(Stored data entries)
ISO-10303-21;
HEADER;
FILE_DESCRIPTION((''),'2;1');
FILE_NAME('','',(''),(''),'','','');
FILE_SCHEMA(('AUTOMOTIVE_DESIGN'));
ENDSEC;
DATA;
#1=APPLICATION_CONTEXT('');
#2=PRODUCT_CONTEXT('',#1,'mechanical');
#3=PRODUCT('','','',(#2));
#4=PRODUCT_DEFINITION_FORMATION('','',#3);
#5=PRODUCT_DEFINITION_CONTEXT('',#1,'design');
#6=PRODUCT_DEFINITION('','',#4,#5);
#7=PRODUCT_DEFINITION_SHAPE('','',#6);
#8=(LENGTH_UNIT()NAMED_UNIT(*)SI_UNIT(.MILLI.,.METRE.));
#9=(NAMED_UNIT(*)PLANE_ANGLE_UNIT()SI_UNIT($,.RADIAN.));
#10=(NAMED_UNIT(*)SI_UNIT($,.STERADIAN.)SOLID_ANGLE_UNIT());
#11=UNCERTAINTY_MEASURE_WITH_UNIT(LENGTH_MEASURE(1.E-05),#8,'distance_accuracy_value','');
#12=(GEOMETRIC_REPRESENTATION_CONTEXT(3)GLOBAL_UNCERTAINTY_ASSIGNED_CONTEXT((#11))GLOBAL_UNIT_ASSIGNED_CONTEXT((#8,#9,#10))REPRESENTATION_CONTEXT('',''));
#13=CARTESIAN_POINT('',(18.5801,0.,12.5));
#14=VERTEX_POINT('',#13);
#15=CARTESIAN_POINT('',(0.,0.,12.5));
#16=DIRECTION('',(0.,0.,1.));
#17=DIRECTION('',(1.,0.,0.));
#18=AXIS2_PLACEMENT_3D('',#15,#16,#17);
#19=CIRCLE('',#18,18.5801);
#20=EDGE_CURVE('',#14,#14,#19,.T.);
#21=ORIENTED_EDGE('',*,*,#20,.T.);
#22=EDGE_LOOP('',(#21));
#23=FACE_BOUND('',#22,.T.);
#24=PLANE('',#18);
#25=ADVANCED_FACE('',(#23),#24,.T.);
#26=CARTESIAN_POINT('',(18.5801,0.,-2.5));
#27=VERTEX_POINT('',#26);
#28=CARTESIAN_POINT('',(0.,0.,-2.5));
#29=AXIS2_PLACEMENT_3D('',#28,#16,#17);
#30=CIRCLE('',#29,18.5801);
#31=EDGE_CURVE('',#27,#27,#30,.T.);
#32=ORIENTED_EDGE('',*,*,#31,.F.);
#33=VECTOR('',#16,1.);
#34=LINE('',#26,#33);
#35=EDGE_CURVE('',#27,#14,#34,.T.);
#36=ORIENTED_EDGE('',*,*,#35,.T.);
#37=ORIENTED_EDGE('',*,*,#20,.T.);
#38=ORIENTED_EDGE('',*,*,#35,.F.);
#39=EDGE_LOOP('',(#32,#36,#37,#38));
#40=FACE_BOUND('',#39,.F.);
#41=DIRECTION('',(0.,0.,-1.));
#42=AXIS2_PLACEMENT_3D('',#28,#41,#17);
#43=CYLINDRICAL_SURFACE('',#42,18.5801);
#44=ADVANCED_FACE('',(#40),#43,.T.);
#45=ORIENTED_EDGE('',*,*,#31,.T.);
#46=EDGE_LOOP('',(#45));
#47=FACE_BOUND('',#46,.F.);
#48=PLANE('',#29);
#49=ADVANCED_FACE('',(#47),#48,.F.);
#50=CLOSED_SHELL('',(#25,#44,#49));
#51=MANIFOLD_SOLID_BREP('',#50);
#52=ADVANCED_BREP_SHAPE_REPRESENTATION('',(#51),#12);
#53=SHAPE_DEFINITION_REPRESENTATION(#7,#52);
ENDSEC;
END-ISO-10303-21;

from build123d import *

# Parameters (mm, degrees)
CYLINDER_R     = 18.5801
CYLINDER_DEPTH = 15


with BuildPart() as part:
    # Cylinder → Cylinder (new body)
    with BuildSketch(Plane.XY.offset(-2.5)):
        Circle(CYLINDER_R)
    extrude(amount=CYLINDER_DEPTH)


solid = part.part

## What the task requires:
What you give back should be exactly the lines of the data above from the line with "#23=FACE_BOUND('',#22,.T.);" through the line with "END-ISO-10303-21;", both of those included, and nothing more.

## Exercise answer:
#23=FACE_BOUND('',#22,.T.);
#24=PLANE('',#18);
#25=ADVANCED_FACE('',(#23),#24,.T.);
#26=CARTESIAN_POINT('',(18.5801,0.,-2.5));
#27=VERTEX_POINT('',#26);
#28=CARTESIAN_POINT('',(0.,0.,-2.5));
#29=AXIS2_PLACEMENT_3D('',#28,#16,#17);
#30=CIRCLE('',#29,18.5801);
#31=EDGE_CURVE('',#27,#27,#30,.T.);
#32=ORIENTED_EDGE('',*,*,#31,.F.);
#33=VECTOR('',#16,1.);
#34=LINE('',#26,#33);
#35=EDGE_CURVE('',#27,#14,#34,.T.);
#36=ORIENTED_EDGE('',*,*,#35,.T.);
#37=ORIENTED_EDGE('',*,*,#20,.T.);
#38=ORIENTED_EDGE('',*,*,#35,.F.);
#39=EDGE_LOOP('',(#32,#36,#37,#38));
#40=FACE_BOUND('',#39,.F.);
#41=DIRECTION('',(0.,0.,-1.));
#42=AXIS2_PLACEMENT_3D('',#28,#41,#17);
#43=CYLINDRICAL_SURFACE('',#42,18.5801);
#44=ADVANCED_FACE('',(#40),#43,.T.);
#45=ORIENTED_EDGE('',*,*,#31,.T.);
#46=EDGE_LOOP('',(#45));
#47=FACE_BOUND('',#46,.F.);
#48=PLANE('',#29);
#49=ADVANCED_FACE('',(#47),#48,.F.);
#50=CLOSED_SHELL('',(#25,#44,#49));
#51=MANIFOLD_SOLID_BREP('',#50);
#52=ADVANCED_BREP_SHAPE_REPRESENTATION('',(#51),#12);
#53=SHAPE_DEFINITION_REPRESENTATION(#7,#52);
ENDSEC;
END-ISO-10303-21;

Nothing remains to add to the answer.